Consider the familiar square lattice. In principle it extends infinitely in every direction but the small patch below is enough to illustrate it. The distance between each point and its nearest neighbours could be anything, so let's just say it's 1 unit.

The question is whether we can embed a regular pentagon in this lattice so all its corners lie on lattice points. Is that possible? It could be any size and be slanted at any angle. Could a pentagon that fits the bill exist?

There's a clever but simple argument that shows the answer is no. Suppose we have three lattice points like for example ABC or A'B'C' in the next sketch.

We observe that points such as D or D' that make a parallelogram with the original three points must always be lattice points too.

Now suppose we have a regular pentagon with corners that are lattice points.
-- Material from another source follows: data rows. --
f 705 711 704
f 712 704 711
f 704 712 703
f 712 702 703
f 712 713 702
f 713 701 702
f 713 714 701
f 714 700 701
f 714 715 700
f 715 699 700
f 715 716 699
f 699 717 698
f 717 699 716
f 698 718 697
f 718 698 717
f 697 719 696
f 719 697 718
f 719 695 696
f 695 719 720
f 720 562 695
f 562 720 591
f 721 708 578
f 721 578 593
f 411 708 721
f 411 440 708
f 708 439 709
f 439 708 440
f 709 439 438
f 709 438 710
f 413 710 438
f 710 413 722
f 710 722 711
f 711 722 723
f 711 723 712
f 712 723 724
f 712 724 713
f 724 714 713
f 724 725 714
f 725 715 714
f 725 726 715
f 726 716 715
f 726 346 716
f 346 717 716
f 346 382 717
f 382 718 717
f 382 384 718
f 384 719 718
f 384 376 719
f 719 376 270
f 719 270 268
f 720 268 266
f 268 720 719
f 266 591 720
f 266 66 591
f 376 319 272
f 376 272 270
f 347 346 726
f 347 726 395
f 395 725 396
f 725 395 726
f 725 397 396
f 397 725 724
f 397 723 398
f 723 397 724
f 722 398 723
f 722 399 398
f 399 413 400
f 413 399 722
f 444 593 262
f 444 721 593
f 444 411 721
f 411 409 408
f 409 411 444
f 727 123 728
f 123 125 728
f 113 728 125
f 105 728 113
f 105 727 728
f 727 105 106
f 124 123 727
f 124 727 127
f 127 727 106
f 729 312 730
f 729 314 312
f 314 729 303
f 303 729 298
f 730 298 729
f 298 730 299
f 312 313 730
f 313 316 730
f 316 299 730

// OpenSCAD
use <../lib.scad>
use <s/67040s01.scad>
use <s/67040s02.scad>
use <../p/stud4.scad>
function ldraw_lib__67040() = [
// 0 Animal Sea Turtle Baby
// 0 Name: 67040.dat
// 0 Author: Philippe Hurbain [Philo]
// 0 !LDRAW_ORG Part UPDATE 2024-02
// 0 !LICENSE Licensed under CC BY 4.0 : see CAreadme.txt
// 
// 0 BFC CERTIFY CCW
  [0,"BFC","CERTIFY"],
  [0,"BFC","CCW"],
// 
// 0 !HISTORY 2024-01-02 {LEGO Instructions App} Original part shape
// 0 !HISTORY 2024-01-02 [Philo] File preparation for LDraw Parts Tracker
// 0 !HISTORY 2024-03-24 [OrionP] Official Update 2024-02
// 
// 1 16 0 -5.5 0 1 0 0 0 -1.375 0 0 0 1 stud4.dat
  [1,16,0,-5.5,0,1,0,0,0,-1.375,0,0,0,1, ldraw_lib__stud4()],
Its size doesn't matter, we are only saying its corners are lattice points.

Draw in the diagonals of the pentagon.

From what we said earlier, given that ABC are lattice points and ABCD is a paralellogram, point D must also be a lattice point. Working our way round the pentagon we see that all five blue points must be lattice points by the same reasoning.

These points form a regular pentagon, and so we have found a smaller pentagon which has its corners on lattice points.

But now we can repeat the process and find a still smaller regular pentagon all of whose corners are lattice points. We can repeat this indefinitely often, each time obtaining smaller and smaller pentagons whose corners lie on lattice points.

However this cannot be; eventually the length of the pentagon's sides would have to be less than 1 unit which is impossible, because 1 is the minimum distance between any two lattice points.

This means that if we could embed a regular pentagon in the square lattice we could go on to achieve something impossible. So embedding the regular pentagon must have been impossible in the first place.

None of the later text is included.